Melbourne, Sydney property prices fall as other capital cities rise: CoreLogic

October 1, 2020
The housing market outlook is still subject to a number of headwinds. Photo: Peter Rae

Home buyers are defying the pandemic recession, competing for the few homes for sale and putting a floor under property price falls in most capital cities, new figures reveal.

Sydney home values fell just 0.3 per cent in September to a median of $859,943, a rate of decline that has eased since July, the latest CoreLogic Home Value Index released on Thursday found. The figure includes houses and apartments.

Values in pandemic-hit Melbourne fell hardest, down 0.9 per cent in the month to a median of $666,796, the report said, tipping activity to pick up once restrictions were lifted in October.

The remaining capital cities have all returned to some level of growth and regional markets have continued to outperform their metropolitan counterparts, according to the index.

The Melbourne and Sydney falls dragged on the national result, with values down 0.1 per cent across the country, although this was the smallest drop since values began to decline in May.

CoreLogic Home Value Index, September 2020. Photo: CoreLogic

The modest falls come as consumer confidence increased and COVID-19 cases drop to low levels.

The combination of low interest rates, government grants and reduced numbers of homes for sale had supported the housing market against further declines, according to CoreLogic head of research Tim Lawless.

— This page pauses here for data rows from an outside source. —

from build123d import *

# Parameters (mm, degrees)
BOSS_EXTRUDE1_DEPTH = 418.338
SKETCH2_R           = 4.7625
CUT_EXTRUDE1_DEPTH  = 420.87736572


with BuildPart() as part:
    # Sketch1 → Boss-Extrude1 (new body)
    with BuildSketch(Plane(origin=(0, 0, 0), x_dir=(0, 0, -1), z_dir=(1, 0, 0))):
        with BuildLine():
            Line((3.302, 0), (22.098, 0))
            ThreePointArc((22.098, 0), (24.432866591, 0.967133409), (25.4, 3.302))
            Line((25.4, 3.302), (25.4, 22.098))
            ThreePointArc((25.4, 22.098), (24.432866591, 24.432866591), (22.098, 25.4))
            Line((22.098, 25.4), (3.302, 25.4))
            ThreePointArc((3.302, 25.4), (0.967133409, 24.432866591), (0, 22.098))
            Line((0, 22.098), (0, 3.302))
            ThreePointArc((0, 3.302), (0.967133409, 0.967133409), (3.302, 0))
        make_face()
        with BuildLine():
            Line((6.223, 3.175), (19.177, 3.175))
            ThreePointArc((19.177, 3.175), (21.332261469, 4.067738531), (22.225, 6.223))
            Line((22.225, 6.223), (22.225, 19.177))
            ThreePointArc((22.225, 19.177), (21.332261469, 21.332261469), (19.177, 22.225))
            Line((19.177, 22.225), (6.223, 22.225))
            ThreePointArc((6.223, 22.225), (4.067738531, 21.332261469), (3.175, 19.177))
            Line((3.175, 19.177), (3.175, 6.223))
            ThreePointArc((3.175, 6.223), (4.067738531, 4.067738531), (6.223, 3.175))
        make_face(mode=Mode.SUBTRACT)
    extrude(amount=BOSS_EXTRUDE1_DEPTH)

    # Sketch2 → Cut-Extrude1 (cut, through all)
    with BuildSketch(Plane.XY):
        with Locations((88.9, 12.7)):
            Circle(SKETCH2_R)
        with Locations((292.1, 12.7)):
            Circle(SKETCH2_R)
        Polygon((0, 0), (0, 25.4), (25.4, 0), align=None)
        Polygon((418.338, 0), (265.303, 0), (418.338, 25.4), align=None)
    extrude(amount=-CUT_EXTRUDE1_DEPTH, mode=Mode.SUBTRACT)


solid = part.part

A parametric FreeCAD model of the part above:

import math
import FreeCAD as App
import Part
import Sketcher
Q = App.Units.Quantity

doc = App.newDocument("Part")
body = doc.addObject("PartDesign::Body", "Body")

sketch1 = body.newObject("Sketcher::SketchObject", "Sketch")
sketch1.AttachmentSupport = (doc.getObject("YZ_Plane"), [""])
sketch1.MapMode = "FlatFace"
sketch1.addGeometry([
    Part.LineSegment(App.Vector(0, -3.3, 0), App.Vector(0, -22.1, 0)),
    Part.ArcOfCircle(Part.Circle(App.Vector(3.3, -22.1, 0), App.Vector(0, 0, 1), 3.3), math.radians(-180), math.radians(-90)),
    Part.LineSegment(App.Vector(3.3, -25.4, 0), App.Vector(22.1, -25.4, 0)),
    Part.ArcOfCircle(Part.Circle(App.Vector(22.1, -22.1, 0), App.Vector(0, 0, 1), 3.3), math.radians(-90), math.radians(0)),
    Part.LineSegment(App.Vector(25.4, -22.1, 0), App.Vector(25.4, -3.3, 0)),
    Part.ArcOfCircle(Part.Circle(App.Vector(22.1, -3.3, 0), App.Vector(0, 0, 1), 3.3), math.radians(0), math.radians(90)),
    Part.LineSegment(App.Vector(22.1, 0, 0), App.Vector(3.3, 0, 0)),
    Part.ArcOfCircle(Part.Circle(App.Vector(3.3, -3.3, 0), App.Vector(0, 0, 1), 3.3), math.radians(90), math.radians(180)),
    Part.LineSegment(App.Vector(3.2, -19.2, 0), App.Vector(3.2, -6.2, 0)),
    Part.ArcOfCircle(Part.Circle(App.Vector(6.2, -6.2, 0), App.Vector(0, 0, 1), 3), math.radians(90), math.radians(180)),
    Part.LineSegment(App.Vector(6.2, -3.2, 0), App.Vector(19.2, -3.2, 0)),
    Part.ArcOfCircle(Part.Circle(App.Vector(19.2, -6.2, 0), App.Vector(0, 0, 1), 3), math.radians(0), math.radians(90)),
    Part.LineSegment(App.Vector(22.2, -6.2, 0), App.Vector(22.2, -19.2, 0)),
    Part.ArcOfCircle(Part.Circle(App.Vector(19.2, -19.2, 0), App.Vector(0, 0, 1), 3), math.radians(-90), math.radians(0)),
    Part.LineSegment(App.Vector(19.2, -22.2, 0), App.Vector(6.2, -22.2, 0)),
    Part.ArcOfCircle(Part.Circle(App.Vector(6.2, -19.2, 0), App.Vector(0, 0, 1), 3), math.radians(180), math.radians(270)),
], False)
sketch1.addConstraint([
    Sketcher.Constraint("Tangent", 0, 2, 1, 1),
    Sketcher.Constraint("Tangent", 1, 2, 2, 1),
    Sketcher.Constraint("Tangent", 2, 2, 3, 1),
    Sketcher.Constraint("Tangent", 3, 2, 4, 1),
    Sketcher.Constraint("Tangent", 4, 2, 5, 1),
    Sketcher.Constraint("Tangent", 5, 2, 6, 1),
    Sketcher.Constraint("Tangent", 6, 2, 7, 1),
    Sketcher.Constraint("Tangent", 7, 2, 0, 1),
    Sketcher.Constraint("Tangent", 8, 2, 9, 2),
    Sketcher.Constraint("Tangent", 9, 1, 10, 1),
    Sketcher.Constraint("Tangent", 10, 2, 11, 2),
    Sketcher.Constraint("Tangent", 11, 1, 12, 1),
    Sketcher.Constraint("Tangent", 12, 2, 13, 2),
    Sketcher.Constraint("Tangent", 13, 1, 14, 1),
    Sketcher.Constraint("Tangent", 14, 2, 15, 2),
    Sketcher.Constraint("Tangent", 15, 1, 8, 1),
    Sketcher.Constraint("Vertical", 0),
    Sketcher.Constraint("Horizontal", 2),
    Sketcher.Constraint("Vertical", 4),
    Sketcher.Constraint("Horizontal", 6),
    Sketcher.Constraint("Vertical", 8),
    Sketcher.Constraint("Horizontal", 10),
    Sketcher.Constraint("Vertical", 12),
    Sketcher.Constraint("Horizontal", 14),
    Sketcher.Constraint("Equal", 1, 3),
    Sketcher.Constraint("Equal", 3, 5),
    Sketcher.Constraint("Equal", 5, 7),
    Sketcher.Constraint("Equal", 9, 11),
    Sketcher.Constraint("Equal", 11, 13),
    Sketcher.Constraint("Equal", 13, 15),
    Sketcher.Constraint("PointOnObject", 0, 2, -2),
    Sketcher.Constraint("PointOnObject", 5, 2, -1),
    Sketcher.Constraint("Equal", 6, 0),
    Sketcher.Constraint("Equal", 14, 8),
    Sketcher.Constraint("Radius", 1, Q("0.13 in")),
    Sketcher.Constraint("Radius", 9, Q("0.12 in")),
    Sketcher.Constraint("DistanceY", 1, 2, -1, 1, Q("1 in")),
    Sketcher.Constraint("DistanceX", 10, 1, 10, 2, Q("0.51 in")),
    Sketcher.Constraint("DistanceX", -1, 1, 9, 3, Q("0.245 in")),
    Sketcher.Constraint("DistanceY", 9, 3, -1, 1, Q("0.245 in")),
])
pad1 = body.newObject("PartDesign::Pad", "Pad")
pad1.Profile = sketch1
pad1.Length = Q("16.47 in")

sketch2 = body.newObject("Sketcher::SketchObject", "Sketch001")
sketch2.AttachmentSupport = (doc.getObject("XY_Plane"), [""])
sketch2.MapMode = "FlatFace"
sketch2.addGeometry([
    Part.Circle(App.Vector(88.9, 12.7, 0), App.Vector(0, 0, 1), 4.8),
    Part.Circle(App.Vector(292.1, 12.7, 0), App.Vector(0, 0, 1), 4.8),
    Part.LineSegment(App.Vector(0, 25.4, 0), App.Vector(0, 0, 0)),
    Part.LineSegment(App.Vector(0, 0, 0), App.Vector(25.4, 0, 0)),
    Part.LineSegment(App.Vector(25.4, 0, 0), App.Vector(0, 25.4, 0)),
    Part.LineSegment(App.Vector(265.3, 0, 0), App.Vector(418.3, 0, 0)),
    Part.LineSegment(App.Vector(418.3, 0, 0), App.Vector(418.3, 25.4, 0)),
    Part.LineSegment(App.Vector(418.3, 25.4, 0), App.Vector(265.3, 0, 0)),
], False)
sketch2.addConstraint([
    Sketcher.Constraint("Coincident", 2, 2, 3, 1),
    Sketcher.Constraint("Coincident", 3, 2, 4, 1),
    Sketcher.Constraint("Coincident", 4, 2, 2, 1),
    Sketcher.Constraint("Coincident", 5, 2, 6, 1),
    Sketcher.Constraint("Coincident", 6, 2, 7, 1),
    Sketcher.Constraint("Coincident", 7, 2, 5, 1),
    Sketcher.Constraint("Vertical", 2),
    Sketcher.Constraint("Horizontal", 3),
    Sketcher.Constraint("Horizontal", 5),
    Sketcher.Constraint("Vertical", 6),
    Sketcher.Constraint("Coincident", 2, 2, -1, 1),
    Sketcher.Constraint("Equal", 0, 1),
    Sketcher.Constraint("PointOnObject", 5, 2, -1),
    Sketcher.Constraint("Horizontal", 0, 3, 1, 3),
    Sketcher.Constraint("Horizontal", 4, 2, 6, 2),
    Sketcher.Constraint("Equal", 3, 2),
    Sketcher.Constraint("DistanceX", 3, 1, 3, 2, Q("1 in")),
    Sketcher.Constraint("Diameter", 0, Q("0.375 in")),
    Sketcher.Constraint("DistanceX", 0, 3, 1, 3, Q("8 in")),
    Sketcher.Constraint("DistanceX", -1, 1, 0, 3, Q("3.5 in")),
    Sketcher.Constraint("DistanceY", -1, 1, 0, 3, Q("0.5 in")),
    Sketcher.Constraint("DistanceX", 5, 1, 5, 2, Q("6.025 in")),
    Sketcher.Constraint("DistanceX", -1, 1, 5, 2, Q("16.47 in")),
])
pocket1 = body.newObject("PartDesign::Pocket", "Pocket")
pocket1.Profile = sketch2
pocket1.Type = "ThroughAll"

doc.recompute()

“The aggregate effect of low mortgage rates, and the prospect that rates could fall further, low inventory levels, government incentives and improving consumer sentiment seems to be outweighing the negative economic shock brought about by the pandemic,” Mr Lawless said.

The low levels of homes for sale is also a key factor supporting property prices with new listing numbers nationally down 22 per cent than a year ago and 25 per cent below the five-year average.

The total amount of advertised homes is also down 14 per cent than a year ago, and 17 per cent below the five-year average.

The low listings number were putting a floor underneath the market, Mr Lawless said.

“The imbalance between available supply and housing demand is one of the reasons why housing values have hardly fallen through the COVID period so far, and helps to explain the recent upward trend in values across some cities,” he said.

Dwelling values fell in September but at a slower pace, the CoreLogic Home Value Index found. Photo: CoreLogic

The strongest rise in prices was in Darwin, with a 1.6 per cent lift in September to a median of $398,885.

It was followed by Adelaide where home values grew 0.8 per cent to $449,803 and Brisbane which rose 0.5 per cent to $504,902.

Hobart and Canberra home values both increased 0.4 per cent to $489,059 and $644,581, respectively.

Perth property prices rose 0.2 per cent to $445,717.

“We aren’t seeing any signs of a rise in distressed listings or stock starting to pile up in the market,” Mr Lawless said.

“In fact, the opposite seems to be true, where new listings are being absorbed faster than the rate at which they are being added.”

He said the housing market outlook would be subject to a number of headwinds including a rise in unemployment, an end to the mortgage holiday and tapering off in government support.

A rise in urgent or distressed listings would be another test for the resilience of housing values, he said.

Domain senior research analyst Nicola Powell said Sydney and Melbourne continue to experience price declines because they were impacted most by border closures.

“What we’ve seen are that demand shocks have impacted Sydney and Melbourne more so than any other capital city. They have more exposure to overseas migration, Dr Powell said.

Dr Powell said other cities were “holding up incredibly well” during a recession due to low interest rates and government incentives that help spur first-home buyers to get into the market.

“We have got a historically low interest rate environment. Those who have job security … it’s helping activate those people [to] upsize.”